*Problem statement*
Each line below from the one containing "f 152 149 150" through the one containing "f 171 170 172" should be output exactly as it stands, and no other line should appear.

Content starts

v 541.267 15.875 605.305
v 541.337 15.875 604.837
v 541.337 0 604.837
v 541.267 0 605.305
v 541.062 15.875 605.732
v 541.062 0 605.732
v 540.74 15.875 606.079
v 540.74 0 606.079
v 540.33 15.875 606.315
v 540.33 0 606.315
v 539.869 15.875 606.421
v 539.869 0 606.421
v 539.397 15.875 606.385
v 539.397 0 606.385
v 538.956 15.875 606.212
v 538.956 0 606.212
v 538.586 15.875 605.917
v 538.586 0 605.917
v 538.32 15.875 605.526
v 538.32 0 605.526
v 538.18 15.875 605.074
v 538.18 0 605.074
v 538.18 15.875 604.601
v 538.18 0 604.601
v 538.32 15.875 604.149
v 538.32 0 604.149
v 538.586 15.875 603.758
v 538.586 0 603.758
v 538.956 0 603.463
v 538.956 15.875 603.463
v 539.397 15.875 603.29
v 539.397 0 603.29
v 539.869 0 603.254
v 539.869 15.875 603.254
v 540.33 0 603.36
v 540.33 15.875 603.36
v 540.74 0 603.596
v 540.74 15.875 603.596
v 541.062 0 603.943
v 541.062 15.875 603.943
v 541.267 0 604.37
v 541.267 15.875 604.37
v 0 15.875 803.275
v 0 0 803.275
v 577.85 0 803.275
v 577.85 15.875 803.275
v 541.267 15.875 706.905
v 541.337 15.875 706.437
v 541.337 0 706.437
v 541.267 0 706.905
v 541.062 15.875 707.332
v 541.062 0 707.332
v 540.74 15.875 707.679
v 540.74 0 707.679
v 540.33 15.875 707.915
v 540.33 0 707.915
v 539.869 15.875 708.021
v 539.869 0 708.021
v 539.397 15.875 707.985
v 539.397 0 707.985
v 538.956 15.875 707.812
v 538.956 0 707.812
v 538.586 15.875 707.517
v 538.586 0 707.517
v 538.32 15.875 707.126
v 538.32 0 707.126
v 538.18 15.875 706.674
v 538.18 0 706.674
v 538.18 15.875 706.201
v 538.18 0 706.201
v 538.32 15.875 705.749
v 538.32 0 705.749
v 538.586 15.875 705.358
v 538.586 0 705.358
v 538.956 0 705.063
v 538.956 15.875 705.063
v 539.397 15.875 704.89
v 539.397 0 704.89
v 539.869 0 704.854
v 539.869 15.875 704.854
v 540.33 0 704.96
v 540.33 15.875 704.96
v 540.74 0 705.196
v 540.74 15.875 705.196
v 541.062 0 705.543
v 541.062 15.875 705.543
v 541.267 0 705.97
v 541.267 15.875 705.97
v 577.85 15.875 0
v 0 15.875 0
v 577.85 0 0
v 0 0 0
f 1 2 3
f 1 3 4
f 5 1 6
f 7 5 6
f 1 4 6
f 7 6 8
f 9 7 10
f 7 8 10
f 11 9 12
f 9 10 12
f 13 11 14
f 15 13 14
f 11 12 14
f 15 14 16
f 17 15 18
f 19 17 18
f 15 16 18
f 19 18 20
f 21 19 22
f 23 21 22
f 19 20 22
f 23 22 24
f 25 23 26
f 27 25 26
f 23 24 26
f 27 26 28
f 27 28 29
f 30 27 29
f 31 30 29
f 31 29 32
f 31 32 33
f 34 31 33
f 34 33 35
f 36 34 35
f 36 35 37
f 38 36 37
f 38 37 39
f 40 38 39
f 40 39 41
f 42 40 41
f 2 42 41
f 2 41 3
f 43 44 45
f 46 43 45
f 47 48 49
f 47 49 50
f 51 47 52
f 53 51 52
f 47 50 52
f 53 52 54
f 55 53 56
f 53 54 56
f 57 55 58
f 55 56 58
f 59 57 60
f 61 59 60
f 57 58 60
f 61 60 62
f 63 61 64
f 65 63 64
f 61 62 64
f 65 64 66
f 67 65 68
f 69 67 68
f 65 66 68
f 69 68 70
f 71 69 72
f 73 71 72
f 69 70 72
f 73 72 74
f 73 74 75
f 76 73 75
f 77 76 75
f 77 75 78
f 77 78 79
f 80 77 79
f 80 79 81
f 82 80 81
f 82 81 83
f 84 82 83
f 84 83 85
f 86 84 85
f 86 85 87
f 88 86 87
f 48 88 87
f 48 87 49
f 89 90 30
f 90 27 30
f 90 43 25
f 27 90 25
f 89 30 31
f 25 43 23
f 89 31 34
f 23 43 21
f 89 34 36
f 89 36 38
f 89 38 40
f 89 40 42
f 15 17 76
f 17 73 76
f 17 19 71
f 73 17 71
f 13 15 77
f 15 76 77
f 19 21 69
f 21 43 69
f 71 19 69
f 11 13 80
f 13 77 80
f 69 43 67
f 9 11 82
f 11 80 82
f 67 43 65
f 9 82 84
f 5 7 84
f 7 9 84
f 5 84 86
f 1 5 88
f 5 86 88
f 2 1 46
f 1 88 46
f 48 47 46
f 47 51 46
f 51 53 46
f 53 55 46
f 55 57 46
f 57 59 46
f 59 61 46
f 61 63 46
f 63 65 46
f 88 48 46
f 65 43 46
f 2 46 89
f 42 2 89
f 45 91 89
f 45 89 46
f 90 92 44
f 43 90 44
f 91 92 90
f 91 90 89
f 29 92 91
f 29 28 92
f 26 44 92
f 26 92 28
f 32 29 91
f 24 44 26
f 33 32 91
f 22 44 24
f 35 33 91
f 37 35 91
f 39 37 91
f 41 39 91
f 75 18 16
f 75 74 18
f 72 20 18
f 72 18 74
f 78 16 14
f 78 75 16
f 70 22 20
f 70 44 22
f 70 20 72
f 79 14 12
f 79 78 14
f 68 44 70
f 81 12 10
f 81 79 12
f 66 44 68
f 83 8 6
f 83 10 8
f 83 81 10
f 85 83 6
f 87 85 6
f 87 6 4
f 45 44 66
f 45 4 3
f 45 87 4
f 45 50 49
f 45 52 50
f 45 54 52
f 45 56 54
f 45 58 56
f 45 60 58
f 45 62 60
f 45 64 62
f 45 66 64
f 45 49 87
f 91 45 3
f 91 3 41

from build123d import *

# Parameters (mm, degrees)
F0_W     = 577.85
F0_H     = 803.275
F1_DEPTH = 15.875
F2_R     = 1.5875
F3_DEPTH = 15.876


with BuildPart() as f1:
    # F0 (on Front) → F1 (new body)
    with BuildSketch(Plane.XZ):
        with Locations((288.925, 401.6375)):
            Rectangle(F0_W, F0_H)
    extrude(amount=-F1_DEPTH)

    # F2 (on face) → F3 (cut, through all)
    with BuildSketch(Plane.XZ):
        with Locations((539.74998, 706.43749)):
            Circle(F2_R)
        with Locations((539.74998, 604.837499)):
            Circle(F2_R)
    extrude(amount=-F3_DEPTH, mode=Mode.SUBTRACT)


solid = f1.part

Content ends
Content starts

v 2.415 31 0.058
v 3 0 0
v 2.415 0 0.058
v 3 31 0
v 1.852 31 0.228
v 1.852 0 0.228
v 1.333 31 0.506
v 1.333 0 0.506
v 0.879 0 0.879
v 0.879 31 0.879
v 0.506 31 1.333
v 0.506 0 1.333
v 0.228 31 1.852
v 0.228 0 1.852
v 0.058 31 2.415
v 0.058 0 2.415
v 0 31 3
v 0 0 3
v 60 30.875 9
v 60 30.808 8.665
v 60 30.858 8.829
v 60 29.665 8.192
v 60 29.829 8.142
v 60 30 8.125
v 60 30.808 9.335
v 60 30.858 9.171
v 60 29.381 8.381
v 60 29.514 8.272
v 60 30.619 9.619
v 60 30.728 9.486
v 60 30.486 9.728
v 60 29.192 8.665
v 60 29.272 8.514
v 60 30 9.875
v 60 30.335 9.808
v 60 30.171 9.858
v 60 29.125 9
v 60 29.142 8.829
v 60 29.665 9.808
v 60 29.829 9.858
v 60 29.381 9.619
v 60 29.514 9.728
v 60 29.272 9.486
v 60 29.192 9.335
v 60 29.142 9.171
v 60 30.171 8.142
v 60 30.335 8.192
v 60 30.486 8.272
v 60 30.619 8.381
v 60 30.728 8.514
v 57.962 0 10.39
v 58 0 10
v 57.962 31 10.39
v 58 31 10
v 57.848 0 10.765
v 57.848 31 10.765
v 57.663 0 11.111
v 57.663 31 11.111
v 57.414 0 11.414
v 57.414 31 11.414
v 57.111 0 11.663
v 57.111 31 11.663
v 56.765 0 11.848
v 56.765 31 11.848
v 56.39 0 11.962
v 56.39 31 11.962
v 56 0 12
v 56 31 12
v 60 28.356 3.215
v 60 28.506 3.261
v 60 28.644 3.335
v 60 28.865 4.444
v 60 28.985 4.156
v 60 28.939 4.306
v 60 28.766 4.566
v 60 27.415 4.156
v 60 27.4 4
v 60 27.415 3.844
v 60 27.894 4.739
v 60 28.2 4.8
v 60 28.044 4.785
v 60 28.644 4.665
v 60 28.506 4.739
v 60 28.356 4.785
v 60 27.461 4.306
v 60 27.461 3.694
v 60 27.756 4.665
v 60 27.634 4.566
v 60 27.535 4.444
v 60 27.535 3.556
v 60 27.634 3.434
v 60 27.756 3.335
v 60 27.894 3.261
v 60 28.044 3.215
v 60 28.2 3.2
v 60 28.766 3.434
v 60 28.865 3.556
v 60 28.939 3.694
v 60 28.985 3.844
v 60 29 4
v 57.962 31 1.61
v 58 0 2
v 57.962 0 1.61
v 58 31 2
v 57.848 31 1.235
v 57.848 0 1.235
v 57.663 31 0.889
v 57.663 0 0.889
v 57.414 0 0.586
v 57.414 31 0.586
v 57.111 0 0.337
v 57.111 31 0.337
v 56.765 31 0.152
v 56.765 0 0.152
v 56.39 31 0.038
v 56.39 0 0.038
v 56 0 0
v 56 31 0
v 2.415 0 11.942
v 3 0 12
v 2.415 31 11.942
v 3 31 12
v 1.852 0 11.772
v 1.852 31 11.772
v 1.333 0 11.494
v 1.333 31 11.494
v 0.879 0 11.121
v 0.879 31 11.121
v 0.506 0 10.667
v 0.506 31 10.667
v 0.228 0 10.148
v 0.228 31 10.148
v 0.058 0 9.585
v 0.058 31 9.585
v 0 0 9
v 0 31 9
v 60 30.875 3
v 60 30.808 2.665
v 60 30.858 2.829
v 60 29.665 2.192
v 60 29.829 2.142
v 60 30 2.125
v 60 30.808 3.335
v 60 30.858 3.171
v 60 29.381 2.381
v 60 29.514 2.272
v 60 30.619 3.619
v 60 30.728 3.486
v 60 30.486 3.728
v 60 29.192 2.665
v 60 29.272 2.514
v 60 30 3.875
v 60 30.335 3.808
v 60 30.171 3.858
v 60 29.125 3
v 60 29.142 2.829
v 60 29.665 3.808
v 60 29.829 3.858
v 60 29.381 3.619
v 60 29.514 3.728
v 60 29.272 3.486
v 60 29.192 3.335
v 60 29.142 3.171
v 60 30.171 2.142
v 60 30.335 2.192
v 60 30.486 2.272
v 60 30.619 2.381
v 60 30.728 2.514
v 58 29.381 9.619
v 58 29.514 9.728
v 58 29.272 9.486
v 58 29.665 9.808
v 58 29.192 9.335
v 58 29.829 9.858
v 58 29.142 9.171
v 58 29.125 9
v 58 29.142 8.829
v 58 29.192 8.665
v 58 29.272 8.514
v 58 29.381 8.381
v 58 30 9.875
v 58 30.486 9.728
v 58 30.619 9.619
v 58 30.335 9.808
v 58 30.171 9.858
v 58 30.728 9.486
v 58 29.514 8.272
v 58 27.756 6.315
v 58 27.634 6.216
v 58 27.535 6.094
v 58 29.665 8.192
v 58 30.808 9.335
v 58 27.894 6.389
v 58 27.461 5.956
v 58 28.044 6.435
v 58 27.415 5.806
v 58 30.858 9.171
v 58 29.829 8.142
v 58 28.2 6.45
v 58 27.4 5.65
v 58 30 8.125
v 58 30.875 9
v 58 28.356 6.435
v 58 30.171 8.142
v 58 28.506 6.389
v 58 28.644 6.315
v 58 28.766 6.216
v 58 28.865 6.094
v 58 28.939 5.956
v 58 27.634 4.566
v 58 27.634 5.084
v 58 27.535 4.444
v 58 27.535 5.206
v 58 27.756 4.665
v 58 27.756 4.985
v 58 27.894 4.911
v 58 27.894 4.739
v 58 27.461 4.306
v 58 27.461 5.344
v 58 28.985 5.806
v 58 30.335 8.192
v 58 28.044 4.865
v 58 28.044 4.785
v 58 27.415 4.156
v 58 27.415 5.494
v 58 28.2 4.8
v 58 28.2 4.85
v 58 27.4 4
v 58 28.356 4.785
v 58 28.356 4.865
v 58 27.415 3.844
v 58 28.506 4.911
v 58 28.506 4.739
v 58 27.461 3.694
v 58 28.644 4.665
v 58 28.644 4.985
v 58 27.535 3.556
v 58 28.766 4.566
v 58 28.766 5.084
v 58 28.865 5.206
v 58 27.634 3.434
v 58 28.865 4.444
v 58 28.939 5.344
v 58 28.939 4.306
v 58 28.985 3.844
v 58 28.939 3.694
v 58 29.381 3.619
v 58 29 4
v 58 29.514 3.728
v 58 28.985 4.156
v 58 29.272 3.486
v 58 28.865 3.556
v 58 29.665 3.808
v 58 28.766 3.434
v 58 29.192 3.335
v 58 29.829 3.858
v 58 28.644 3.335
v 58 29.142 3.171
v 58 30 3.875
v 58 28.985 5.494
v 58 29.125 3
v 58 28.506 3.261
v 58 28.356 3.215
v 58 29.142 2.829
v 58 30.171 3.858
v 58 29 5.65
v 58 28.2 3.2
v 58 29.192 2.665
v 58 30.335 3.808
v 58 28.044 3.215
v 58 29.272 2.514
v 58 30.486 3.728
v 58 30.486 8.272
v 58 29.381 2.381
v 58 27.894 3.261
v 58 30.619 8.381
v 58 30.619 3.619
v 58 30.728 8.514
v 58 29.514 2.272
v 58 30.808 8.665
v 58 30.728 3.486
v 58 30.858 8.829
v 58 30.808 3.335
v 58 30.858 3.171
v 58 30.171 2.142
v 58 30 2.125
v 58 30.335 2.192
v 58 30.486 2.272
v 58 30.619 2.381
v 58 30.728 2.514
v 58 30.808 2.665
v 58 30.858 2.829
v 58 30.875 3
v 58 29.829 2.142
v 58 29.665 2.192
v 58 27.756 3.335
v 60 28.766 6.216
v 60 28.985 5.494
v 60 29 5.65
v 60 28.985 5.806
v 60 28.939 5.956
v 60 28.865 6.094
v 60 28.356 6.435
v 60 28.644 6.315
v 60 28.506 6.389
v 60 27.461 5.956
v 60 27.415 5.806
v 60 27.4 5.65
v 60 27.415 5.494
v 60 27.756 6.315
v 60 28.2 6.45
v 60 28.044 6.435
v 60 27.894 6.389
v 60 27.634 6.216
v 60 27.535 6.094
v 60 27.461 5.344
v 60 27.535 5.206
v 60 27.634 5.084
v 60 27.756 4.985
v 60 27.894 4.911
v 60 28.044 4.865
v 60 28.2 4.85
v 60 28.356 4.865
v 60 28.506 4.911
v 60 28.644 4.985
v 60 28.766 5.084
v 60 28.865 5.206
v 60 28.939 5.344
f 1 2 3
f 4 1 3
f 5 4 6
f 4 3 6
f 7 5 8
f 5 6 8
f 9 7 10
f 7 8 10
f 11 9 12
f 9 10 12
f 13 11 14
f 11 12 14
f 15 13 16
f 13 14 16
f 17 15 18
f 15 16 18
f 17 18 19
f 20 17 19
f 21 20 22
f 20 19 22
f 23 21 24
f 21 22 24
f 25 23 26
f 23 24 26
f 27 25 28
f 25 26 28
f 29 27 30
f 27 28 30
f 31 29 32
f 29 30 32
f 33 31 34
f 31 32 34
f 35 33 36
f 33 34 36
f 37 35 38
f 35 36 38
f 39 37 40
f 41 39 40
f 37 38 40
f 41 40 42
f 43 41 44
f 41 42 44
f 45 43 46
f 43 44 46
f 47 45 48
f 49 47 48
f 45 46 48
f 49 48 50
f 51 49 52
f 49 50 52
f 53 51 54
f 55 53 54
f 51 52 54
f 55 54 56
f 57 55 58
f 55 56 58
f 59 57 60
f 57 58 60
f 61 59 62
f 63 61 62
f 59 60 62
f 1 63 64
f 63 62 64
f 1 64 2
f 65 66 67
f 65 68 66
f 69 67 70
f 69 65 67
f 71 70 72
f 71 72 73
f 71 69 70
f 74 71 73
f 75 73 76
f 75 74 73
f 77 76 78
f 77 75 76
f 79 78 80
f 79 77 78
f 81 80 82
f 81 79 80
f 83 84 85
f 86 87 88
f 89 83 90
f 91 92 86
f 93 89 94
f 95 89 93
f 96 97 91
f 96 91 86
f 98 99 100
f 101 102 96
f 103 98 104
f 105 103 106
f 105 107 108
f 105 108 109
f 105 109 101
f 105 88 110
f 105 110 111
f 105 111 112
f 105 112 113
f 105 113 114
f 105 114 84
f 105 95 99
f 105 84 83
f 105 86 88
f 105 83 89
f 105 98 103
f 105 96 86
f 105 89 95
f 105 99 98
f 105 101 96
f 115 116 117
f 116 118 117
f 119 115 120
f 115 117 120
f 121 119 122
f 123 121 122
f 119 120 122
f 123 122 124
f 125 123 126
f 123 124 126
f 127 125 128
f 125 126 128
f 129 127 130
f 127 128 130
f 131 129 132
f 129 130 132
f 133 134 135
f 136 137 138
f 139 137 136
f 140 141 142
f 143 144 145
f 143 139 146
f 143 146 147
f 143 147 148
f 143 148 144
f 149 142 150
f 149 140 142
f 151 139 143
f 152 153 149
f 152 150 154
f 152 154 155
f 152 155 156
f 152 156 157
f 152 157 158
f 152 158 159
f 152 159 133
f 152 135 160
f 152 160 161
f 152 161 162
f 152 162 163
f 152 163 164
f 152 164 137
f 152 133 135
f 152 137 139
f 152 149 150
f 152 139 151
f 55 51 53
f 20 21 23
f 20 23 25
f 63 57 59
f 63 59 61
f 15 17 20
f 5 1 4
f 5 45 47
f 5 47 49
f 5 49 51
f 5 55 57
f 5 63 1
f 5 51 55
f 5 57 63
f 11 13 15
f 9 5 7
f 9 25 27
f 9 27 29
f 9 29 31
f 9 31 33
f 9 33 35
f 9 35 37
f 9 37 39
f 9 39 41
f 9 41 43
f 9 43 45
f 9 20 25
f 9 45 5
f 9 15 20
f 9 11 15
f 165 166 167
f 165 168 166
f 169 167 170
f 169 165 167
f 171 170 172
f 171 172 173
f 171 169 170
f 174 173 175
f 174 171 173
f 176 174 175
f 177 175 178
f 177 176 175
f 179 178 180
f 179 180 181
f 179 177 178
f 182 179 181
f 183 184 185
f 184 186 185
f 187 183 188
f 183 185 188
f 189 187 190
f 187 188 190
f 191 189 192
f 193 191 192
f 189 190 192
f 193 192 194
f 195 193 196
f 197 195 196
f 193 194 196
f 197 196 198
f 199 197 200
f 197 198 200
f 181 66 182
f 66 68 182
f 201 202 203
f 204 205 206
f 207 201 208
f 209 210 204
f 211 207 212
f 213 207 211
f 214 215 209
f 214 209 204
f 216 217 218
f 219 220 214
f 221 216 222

Content ends

*Result below*
f 152 149 150
f 152 139 151
f 55 51 53
f 20 21 23
f 20 23 25
f 63 57 59
f 63 59 61
f 15 17 20
f 5 1 4
f 5 45 47
f 5 47 49
f 5 49 51
f 5 55 57
f 5 63 1
f 5 51 55
f 5 57 63
f 11 13 15
f 9 5 7
f 9 25 27
f 9 27 29
f 9 29 31
f 9 31 33
f 9 33 35
f 9 35 37
f 9 37 39
f 9 39 41
f 9 41 43
f 9 43 45
f 9 20 25
f 9 45 5
f 9 15 20
f 9 11 15
f 165 166 167
f 165 168 166
f 169 167 170
f 169 165 167
f 171 170 172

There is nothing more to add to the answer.